Сергей Дышев - Закон оружия
В кульминационный момент моего прославления я обнаружил, что дева Мария исчезла, я выскочил из-за стола, бросился к выходу, настиг ее уже во дворе.
– Стой, ты куда?
– Что я здесь забыла? – ответила она скорей устало, чем раздраженно.
– Но нельзя же так уйти, даже не попрощавшись. Мы же тебе самые близкие люди. Мы все вообще братья славяне. И сестры. Они тебе помогут еще.
– Не надо мне помощи.
– И куда ж ты без денег? Пойдешь одалживаться у своих любимых кавказцев? И знаешь, как платить придется? А-а, догадливая девочка…
– Ты пьян!
– А я и не скрываю этого. Я всегда честен и искренне пьян. И все же, куда ты пойдешь среди ночи? – Я ненавязчиво держал ее за рукав куртки.
– В посольство Украинской Республики, – ответила она с вызовом.
Я встал по стойке «смирно».
– Сейчас в эту торжественную минуту зазвучит гимн! – сказал я с пафосом. Не знаю, почему именно эта мысль пришла мне в голову.
Тут на пороге появилась грузная фигура Сидоренко.
– Вы куда пропали?
– Маруся собралась в украинское посольство!
– Не называй меня так!
Шеф искренне удивился:
– Зачем?
– Жаловаться! – ответил я.
Он подошел к беглянке, покачал головой:
– Что случилось, Мария? Может, я чем вас обидел или не так сказал? Я готов извиниться.
– Ну что вы… – Мария замялась. – Просто мне нужно решить вопрос, в общем, мне надо как-то выбраться во Львов.
– Какая ерунда! Володя, в чем дело? Почему девушка обращается не к тебе, а хочет идти в посольство? Разве ты не можешь решить этот пустяковый вопрос или ты просто не хочешь выпускать ее из плена? Ну ты душма-ан!.. У Марии мама волнуется… Завтра, Мария, сегодня уже поздно, – шеф глянул на часы, – завтра я тебя сам лично посажу на поезд. Даю слово!
Последующие события я вспоминал с трудом…
Она еще раз порывалась уйти… Мы пели украинские народные песни. Потом пришли в мою коммуналку. Хозяйка тетя Дуся, школьная уборщица, добрейшей души человек, не разрешала мне приводить женщин, но я стал рассказывать про Первотравное, как спасал Марию, как страстно приближал победу. И тетя Дуся сдалась: она видела, что глаза мои слипаются, а значит, ни на что другое, как на здоровый сон, не способен. Еще я помнил, как Мария скрылась в ванной комнате, как включила воду. Меня всегда волнует обыкновенный шум низвергающихся струй, особенно когда в твоей душевой женщина со сверкающей розовой кожей, мокрыми вьющимися волосами, пышной грудью, о которую разбиваются водяные потоки. И наконец открывается дверь, и она выходит, естественная, чистая, не смущаясь и, возможно, не подозревая о безупречности своей красоты, юности, свежести…

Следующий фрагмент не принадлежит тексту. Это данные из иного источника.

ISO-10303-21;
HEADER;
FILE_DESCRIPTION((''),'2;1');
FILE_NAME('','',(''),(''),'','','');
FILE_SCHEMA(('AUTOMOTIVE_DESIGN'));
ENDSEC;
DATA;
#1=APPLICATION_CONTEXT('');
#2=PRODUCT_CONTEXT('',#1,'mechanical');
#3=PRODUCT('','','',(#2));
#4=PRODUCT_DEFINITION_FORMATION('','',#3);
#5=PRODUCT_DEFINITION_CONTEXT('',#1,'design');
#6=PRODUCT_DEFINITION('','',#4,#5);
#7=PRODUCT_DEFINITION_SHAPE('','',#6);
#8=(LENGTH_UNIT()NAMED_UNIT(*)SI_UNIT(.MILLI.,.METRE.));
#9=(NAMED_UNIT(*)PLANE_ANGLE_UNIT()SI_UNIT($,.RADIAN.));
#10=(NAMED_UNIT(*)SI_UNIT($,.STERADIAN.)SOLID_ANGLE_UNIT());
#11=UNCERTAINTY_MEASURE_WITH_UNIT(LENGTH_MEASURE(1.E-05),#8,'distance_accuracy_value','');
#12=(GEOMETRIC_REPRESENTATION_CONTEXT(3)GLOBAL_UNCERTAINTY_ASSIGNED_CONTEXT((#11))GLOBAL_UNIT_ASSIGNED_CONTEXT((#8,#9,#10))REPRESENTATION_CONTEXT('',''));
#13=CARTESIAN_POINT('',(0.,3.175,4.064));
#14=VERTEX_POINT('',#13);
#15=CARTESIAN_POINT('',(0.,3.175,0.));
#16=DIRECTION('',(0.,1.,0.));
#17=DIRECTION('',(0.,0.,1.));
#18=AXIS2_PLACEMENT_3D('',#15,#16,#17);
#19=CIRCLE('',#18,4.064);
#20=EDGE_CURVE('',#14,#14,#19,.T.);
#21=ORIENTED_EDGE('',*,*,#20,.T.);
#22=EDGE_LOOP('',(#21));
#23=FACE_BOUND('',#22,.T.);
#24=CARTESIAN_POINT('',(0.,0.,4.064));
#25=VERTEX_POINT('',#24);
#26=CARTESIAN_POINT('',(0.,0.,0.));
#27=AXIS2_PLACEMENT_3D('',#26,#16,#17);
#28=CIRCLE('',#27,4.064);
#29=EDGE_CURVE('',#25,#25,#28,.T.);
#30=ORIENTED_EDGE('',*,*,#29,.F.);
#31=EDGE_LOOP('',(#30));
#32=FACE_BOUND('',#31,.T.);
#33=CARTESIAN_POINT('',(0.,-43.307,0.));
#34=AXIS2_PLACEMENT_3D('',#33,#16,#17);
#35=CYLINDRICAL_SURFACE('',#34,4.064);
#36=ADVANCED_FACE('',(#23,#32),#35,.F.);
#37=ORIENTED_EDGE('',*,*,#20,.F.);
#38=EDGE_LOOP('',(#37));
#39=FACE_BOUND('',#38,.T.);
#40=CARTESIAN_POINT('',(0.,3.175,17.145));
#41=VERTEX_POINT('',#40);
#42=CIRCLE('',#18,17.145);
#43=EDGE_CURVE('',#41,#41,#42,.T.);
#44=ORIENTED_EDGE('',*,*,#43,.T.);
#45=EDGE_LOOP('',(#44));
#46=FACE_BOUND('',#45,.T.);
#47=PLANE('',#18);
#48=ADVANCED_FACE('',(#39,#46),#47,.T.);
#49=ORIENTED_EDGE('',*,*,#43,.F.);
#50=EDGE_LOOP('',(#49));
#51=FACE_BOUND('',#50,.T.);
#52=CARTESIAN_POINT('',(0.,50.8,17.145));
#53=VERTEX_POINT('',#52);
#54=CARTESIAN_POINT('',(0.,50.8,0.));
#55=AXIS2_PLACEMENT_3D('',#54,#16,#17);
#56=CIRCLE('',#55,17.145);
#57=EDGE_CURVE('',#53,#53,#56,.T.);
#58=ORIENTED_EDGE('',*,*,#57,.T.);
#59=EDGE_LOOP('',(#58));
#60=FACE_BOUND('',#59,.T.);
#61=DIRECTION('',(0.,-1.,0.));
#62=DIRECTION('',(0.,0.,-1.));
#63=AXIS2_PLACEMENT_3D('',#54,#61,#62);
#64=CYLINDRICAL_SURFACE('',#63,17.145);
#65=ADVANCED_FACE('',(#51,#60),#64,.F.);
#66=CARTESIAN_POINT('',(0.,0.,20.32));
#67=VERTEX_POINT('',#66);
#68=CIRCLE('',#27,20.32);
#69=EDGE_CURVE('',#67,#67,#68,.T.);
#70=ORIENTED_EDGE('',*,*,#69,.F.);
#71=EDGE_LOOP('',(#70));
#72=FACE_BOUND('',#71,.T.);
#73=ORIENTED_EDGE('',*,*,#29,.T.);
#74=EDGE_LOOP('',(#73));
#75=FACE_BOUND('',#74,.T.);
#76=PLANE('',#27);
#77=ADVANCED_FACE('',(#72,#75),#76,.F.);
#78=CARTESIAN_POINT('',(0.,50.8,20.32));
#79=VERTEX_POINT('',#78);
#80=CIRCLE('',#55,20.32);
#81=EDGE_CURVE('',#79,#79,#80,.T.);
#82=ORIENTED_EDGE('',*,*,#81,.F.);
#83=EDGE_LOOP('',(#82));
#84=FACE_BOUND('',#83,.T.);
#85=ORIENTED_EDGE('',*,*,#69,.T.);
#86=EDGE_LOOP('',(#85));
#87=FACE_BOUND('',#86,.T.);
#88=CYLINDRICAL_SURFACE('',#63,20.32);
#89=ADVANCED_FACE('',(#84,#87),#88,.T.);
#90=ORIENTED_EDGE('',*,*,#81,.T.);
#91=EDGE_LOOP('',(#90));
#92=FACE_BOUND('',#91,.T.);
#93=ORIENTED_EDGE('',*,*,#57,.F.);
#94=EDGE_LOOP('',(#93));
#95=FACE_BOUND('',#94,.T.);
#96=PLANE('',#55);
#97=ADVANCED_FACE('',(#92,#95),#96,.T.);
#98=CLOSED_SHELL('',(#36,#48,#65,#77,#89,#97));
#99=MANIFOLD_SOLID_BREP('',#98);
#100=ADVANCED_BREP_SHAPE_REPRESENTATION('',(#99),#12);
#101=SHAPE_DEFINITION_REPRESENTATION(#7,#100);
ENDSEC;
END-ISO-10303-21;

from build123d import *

# Parameters (mm, degrees)
SKETCH1_R               = 20.32
BOSS_EXTRUDE1_DEPTH     = 50.8
SHELL1_T                = -3.175
SKETCH2_R               = 4.064
CUT_EXTRUDE1_DEPTH      = 56.623245366
CUT_EXTRUDE1_DEPTH_BACK = 46.482


with BuildPart() as part:
    # Sketch1 → Boss-Extrude1 (new body)
    with BuildSketch(Plane(origin=(0, 0, 0), x_dir=(1, 0, 0), z_dir=(0, 1, 0))):
        with Locations(Location((0, 0, 0), (0, 0, 270))):
            Circle(SKETCH1_R)
    extrude(amount=BOSS_EXTRUDE1_DEPTH)

    # Shell1
    shell1_openings = [part.faces().sort_by_distance(p)[0] for p in [
        (0, 50.8, 0),
    ]]
    offset(amount=SHELL1_T, openings=shell1_openings, kind=Kind.INTERSECTION)

    # Sketch2 → Cut-Extrude1 (cut, two sides)
    with BuildSketch(Plane(origin=(0, 3.175, 0), x_dir=(1, 0, 0), z_dir=(0, 1, 0))) as cut_extrude1_sk:
        with Locations(Location((0, 0, 0), (0, 0, 270))):
            Circle(SKETCH2_R)
    extrude(amount=CUT_EXTRUDE1_DEPTH, mode=Mode.SUBTRACT)
    extrude(cut_extrude1_sk.sketch, amount=-CUT_EXTRUDE1_DEPTH_BACK, mode=Mode.SUBTRACT)


solid = part.part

Утром я очнулся в кресле, моя гостья исчезла. Этого следовало ожидать.
Я отправился спасаться под струями душа. Когда стаскивал джинсы, что-то звякнуло, ударившись о кафельный пол. Это были ключи Ксении Черныш. Окопная журналистика совсем выбила меня из колеи, я забыл о своем обещании, я увлекся как мальчишка торжеством боя, чуть не потерял ключи. Не мне рассуждать о природе вещей в этом мире. Права была Ксюша: вижу не дальше окопа.
Телефон стоял в коридоре. В моем блокноте на букву «Ч» появилась новая запись, я набрал номер, ответила женщина.
– Это ваш коллега из газеты «Человек и закон» Владимир Раевский. Видите ли, я познакомился в Первотравном с Ксенией. Мне бы хотелось встретиться с редактором, у меня осталась ее кассета.
– Я знаю, мы слышали о вас… – произнесли на том конце провода. – Ксению сегодня хоронят. Если поторопитесь – на Хованском кладбище, уже увезли…
– Еду.
Я долго не мог поймать машину, потом поехали не по той дороге, в результате я опоздал.
На кладбище меня поразило, каким широким фронтом наступала механизированная смерть. Не успокаивало и банальное: все там будем. Канавокопатель отрывал широкое русло, затем могильщики углубляли и окультуривали его. Цивилизация…
На кладбище темнели еще две или три процессии, и хоть все они были похожи общей печатью скорби, коллектив редакции я определил сразу, потом увидел портрет Ксении в руках у шмыгающей носом девчонки. Уже забрасывали могилу. Я представил ее, бледную, немую, застывшую, под этой багровой крышкой, которая глухо принимала на себя удары земли, и мне стало не по себе. Я поднял смерзшийся ком глины, похожий на картофелину, бросил в яму. На меня никто не обратил внимания.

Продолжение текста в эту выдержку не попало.